Data excerpts: Begin
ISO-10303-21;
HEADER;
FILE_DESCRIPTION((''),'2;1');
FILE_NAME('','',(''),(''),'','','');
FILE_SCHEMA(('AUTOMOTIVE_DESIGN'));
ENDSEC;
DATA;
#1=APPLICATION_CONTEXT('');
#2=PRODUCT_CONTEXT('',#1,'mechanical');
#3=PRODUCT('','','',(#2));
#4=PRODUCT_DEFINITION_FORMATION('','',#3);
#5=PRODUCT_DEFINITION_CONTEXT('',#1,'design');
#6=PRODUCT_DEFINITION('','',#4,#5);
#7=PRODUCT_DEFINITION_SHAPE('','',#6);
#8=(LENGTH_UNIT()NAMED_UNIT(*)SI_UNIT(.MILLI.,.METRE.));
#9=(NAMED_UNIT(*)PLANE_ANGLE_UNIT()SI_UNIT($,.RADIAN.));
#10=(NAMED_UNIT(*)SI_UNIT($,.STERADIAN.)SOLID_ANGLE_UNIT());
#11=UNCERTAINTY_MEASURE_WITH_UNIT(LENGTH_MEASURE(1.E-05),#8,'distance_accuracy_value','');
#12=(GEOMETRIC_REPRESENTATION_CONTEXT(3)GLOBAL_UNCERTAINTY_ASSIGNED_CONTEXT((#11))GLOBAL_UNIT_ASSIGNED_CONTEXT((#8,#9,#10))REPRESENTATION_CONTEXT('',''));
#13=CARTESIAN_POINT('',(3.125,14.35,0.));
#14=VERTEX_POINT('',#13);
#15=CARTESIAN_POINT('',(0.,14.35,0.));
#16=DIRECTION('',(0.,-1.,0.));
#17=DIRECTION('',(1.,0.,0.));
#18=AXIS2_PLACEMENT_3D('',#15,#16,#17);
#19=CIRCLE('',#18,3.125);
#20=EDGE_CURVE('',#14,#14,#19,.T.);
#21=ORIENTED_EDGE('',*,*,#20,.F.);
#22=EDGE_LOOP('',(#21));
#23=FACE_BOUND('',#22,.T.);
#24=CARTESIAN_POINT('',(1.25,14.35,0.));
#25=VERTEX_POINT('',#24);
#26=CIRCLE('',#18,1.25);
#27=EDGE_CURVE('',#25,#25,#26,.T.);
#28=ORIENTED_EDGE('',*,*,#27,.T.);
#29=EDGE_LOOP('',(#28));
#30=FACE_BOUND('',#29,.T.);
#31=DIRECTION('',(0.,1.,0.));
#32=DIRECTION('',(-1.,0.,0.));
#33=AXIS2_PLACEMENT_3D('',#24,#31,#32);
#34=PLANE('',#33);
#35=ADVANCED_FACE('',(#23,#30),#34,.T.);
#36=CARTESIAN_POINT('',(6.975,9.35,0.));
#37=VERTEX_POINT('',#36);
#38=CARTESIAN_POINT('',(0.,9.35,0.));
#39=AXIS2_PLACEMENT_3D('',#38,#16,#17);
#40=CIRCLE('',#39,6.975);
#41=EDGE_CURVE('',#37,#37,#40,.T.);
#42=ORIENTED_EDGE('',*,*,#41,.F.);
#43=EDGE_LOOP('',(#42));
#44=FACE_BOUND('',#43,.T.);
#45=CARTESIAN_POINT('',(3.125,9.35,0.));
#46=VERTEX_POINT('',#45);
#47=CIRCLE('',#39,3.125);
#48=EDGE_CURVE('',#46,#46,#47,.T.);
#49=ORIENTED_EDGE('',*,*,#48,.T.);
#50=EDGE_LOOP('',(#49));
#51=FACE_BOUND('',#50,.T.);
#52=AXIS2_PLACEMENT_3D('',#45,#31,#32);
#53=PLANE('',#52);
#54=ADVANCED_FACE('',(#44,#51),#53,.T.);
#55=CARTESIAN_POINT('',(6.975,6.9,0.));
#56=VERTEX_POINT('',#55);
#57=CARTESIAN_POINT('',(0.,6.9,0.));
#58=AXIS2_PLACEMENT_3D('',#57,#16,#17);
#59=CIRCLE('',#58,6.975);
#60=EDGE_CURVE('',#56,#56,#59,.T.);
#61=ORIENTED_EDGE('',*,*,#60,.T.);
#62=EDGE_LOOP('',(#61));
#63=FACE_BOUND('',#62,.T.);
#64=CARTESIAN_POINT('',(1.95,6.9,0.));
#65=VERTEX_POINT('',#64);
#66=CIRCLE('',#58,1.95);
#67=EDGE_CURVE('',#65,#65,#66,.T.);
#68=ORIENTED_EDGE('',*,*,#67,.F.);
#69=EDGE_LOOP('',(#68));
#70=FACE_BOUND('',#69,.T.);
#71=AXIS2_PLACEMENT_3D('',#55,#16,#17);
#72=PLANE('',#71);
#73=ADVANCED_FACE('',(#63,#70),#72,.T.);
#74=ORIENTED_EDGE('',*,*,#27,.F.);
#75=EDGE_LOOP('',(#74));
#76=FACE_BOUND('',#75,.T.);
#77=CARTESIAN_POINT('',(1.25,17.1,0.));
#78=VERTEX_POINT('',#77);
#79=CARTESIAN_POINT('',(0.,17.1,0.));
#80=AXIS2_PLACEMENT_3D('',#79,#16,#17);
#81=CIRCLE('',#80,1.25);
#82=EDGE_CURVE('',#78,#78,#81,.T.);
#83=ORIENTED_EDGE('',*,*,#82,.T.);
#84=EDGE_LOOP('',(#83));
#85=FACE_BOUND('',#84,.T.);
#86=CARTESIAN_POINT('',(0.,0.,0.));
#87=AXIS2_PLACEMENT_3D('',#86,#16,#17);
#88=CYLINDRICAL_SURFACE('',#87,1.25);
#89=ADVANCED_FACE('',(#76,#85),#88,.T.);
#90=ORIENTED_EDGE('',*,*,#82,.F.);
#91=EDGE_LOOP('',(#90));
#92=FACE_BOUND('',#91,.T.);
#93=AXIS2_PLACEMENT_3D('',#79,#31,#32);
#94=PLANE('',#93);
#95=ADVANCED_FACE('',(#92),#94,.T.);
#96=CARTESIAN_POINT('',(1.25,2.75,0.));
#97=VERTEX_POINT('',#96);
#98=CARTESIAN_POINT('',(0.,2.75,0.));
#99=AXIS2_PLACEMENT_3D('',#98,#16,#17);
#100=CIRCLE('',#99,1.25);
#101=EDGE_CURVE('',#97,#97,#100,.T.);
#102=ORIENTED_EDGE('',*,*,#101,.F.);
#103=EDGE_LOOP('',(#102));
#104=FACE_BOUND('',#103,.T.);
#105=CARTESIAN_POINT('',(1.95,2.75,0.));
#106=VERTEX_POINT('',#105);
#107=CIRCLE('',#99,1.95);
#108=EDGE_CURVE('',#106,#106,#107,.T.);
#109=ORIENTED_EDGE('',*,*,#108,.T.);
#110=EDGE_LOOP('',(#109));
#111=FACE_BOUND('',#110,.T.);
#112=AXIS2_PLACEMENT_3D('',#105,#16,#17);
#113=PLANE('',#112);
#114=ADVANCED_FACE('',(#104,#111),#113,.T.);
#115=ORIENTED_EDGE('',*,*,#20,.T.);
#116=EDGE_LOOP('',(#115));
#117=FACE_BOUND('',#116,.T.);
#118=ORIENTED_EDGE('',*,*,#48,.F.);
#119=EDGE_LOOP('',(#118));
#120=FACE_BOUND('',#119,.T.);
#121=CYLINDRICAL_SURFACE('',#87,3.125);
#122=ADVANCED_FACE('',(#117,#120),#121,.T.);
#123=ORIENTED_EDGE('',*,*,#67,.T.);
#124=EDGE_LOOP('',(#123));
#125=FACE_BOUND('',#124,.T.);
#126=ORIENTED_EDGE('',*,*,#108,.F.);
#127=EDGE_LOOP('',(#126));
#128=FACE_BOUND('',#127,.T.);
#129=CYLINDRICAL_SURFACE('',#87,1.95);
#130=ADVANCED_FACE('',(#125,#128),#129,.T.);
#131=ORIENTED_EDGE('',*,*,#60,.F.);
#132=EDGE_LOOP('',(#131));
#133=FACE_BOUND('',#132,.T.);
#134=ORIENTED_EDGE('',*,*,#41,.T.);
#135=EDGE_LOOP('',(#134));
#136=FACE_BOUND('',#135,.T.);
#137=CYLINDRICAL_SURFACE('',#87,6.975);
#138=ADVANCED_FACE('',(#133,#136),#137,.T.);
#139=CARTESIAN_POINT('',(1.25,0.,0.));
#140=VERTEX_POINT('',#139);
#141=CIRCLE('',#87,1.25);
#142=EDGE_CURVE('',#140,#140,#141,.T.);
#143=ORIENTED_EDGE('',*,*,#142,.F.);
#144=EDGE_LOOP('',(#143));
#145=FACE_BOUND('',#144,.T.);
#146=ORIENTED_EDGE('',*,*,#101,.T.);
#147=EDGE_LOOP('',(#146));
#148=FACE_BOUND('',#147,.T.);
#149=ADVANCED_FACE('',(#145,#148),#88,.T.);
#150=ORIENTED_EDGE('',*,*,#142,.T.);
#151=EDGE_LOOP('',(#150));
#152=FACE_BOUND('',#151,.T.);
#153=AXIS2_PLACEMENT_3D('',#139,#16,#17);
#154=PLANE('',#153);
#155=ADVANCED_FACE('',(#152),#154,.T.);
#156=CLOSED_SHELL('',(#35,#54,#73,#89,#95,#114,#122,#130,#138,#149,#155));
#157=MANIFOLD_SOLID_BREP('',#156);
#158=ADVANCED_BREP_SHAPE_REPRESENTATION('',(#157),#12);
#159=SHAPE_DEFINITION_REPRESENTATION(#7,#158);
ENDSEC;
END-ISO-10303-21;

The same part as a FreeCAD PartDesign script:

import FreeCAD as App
import Part
import Sketcher

V = App.Vector
Q = App.Units.Quantity

doc = App.newDocument("Part")
params = doc.addObject("Spreadsheet::Sheet", "Params")
for row, (alias, value) in enumerate([
    ("sketch1_height", "5 mm"),
    ("sketch1_width", "0.7 mm"),
    ("sketch1_height2", "17.1 mm"),
    ("sketch1_width2", "1.25 mm"),
    ("sketch1_width3", "3.85 mm"),
    ("revolution_angle", "360 deg"),
], start=1):
    params.set(f"A{row}", alias)
    params.set(f"B{row}", "=" + value)
    params.setAlias(f"B{row}", alias)

body = doc.addObject("PartDesign::Body", "Body")

# Sketch on XY plane
sketch1 = body.newObject("Sketcher::SketchObject", "Sketch")
sketch1.AttachmentSupport = (doc.getObject("XY_Plane"), [""])
sketch1.MapMode = "FlatFace"
sketch1.addGeometry([
    Part.LineSegment(V(0, 17.1, 0), V(0, 0, 0)),  # 0
    Part.LineSegment(V(0, 0, 0), V(1.2, 0, 0)),  # 1
    Part.LineSegment(V(1.2, 0, 0), V(1.2, 2.8, 0)),  # 2
    Part.LineSegment(V(1.2, 2.8, 0), V(1.9, 2.8, 0)),  # 3
    Part.LineSegment(V(1.9, 2.8, 0), V(1.9, 6.9, 0)),  # 4
    Part.LineSegment(V(1.9, 6.9, 0), V(7, 6.9, 0)),  # 5
    Part.LineSegment(V(7, 6.9, 0), V(7, 9.3, 0)),  # 6
    Part.LineSegment(V(7, 9.3, 0), V(3.1, 9.3, 0)),  # 7
    Part.LineSegment(V(3.1, 9.3, 0), V(3.1, 14.3, 0)),  # 8
    Part.LineSegment(V(3.1, 14.3, 0), V(1.2, 14.3, 0)),  # 9
    Part.LineSegment(V(1.2, 14.3, 0), V(1.2, 17.1, 0)),  # 10
    Part.LineSegment(V(1.2, 17.1, 0), V(0, 17.1, 0)),  # 11
], False)
sketch1.addConstraint([
    Sketcher.Constraint("Coincident", 0, 2, 1, 1),
    Sketcher.Constraint("Coincident", 1, 2, 2, 1),
    Sketcher.Constraint("Coincident", 2, 2, 3, 1),
    Sketcher.Constraint("Coincident", 3, 2, 4, 1),
    Sketcher.Constraint("Coincident", 4, 2, 5, 1),
    Sketcher.Constraint("Coincident", 5, 2, 6, 1),
    Sketcher.Constraint("Coincident", 6, 2, 7, 1),
    Sketcher.Constraint("Coincident", 7, 2, 8, 1),
    Sketcher.Constraint("Coincident", 8, 2, 9, 1),
    Sketcher.Constraint("Coincident", 9, 2, 10, 1),
    Sketcher.Constraint("Coincident", 10, 2, 11, 1),
    Sketcher.Constraint("Coincident", 11, 2, 0, 1),
    Sketcher.Constraint("Vertical", 0),
    Sketcher.Constraint("Horizontal", 1),
    Sketcher.Constraint("Vertical", 2),
    Sketcher.Constraint("Horizontal", 3),
    Sketcher.Constraint("Vertical", 4),
    Sketcher.Constraint("Horizontal", 5),
    Sketcher.Constraint("Vertical", 6),
    Sketcher.Constraint("Horizontal", 7),
    Sketcher.Constraint("Vertical", 8),
    Sketcher.Constraint("Horizontal", 9),
    Sketcher.Constraint("Vertical", 10),
    Sketcher.Constraint("Horizontal", 11),
    Sketcher.Constraint("Coincident", 0, 2, -1, 1),
    Sketcher.Constraint("Vertical", 2, 2, 9, 2),
    Sketcher.Constraint("Equal", 2, 10),
    Sketcher.Constraint("DistanceY", 8, 1, 8, 2, Q("5 mm")),
    Sketcher.Constraint("DistanceX", 3, 1, 3, 2, Q("0.7 mm")),
    Sketcher.Constraint("DistanceY", 0, 2, 0, 1, Q("17.1 mm")),
    Sketcher.Constraint("DistanceX", 1, 1, 1, 2, Q("1.25 mm")),
    Sketcher.Constraint("DistanceX", 7, 2, 7, 1, Q("3.85 mm")),
    Sketcher.Constraint("DistanceY", 2, 1, 2, 2, Q("2.75 mm")),
    Sketcher.Constraint("DistanceY", 4, 1, 4, 2, Q("4.15 mm")),
    Sketcher.Constraint("DistanceX", 5, 1, 5, 2, Q("5.025 mm")),
])
sketch1.setExpression("Constraints[27]", "Params.sketch1_height")
sketch1.setExpression("Constraints[28]", "Params.sketch1_width")
sketch1.setExpression("Constraints[29]", "Params.sketch1_height2")
sketch1.setExpression("Constraints[30]", "Params.sketch1_width2")
sketch1.setExpression("Constraints[31]", "Params.sketch1_width3")
revolution = body.newObject("PartDesign::Revolution", "Revolution")
revolution.Profile = sketch1
revolution.ReferenceAxis = (sketch1, ["V_Axis"])
revolution.setExpression("Angle", "Params.revolution_angle")

doc.recompute()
Data excerpts: End
* Problem statement
Repeat the entries verbatim through the line with "#6=PRODUCT_DEFINITION('','',#4,#5);".

* Result of this exercise
ISO-10303-21;
HEADER;
FILE_DESCRIPTION((''),'2;1');
FILE_NAME('','',(''),(''),'','','');
FILE_SCHEMA(('AUTOMOTIVE_DESIGN'));
ENDSEC;
DATA;
#1=APPLICATION_CONTEXT('');
#2=PRODUCT_CONTEXT('',#1,'mechanical');
#3=PRODUCT('','','',(#2));
#4=PRODUCT_DEFINITION_FORMATION('','',#3);
#5=PRODUCT_DEFINITION_CONTEXT('',#1,'design');
#6=PRODUCT_DEFINITION('','',#4,#5);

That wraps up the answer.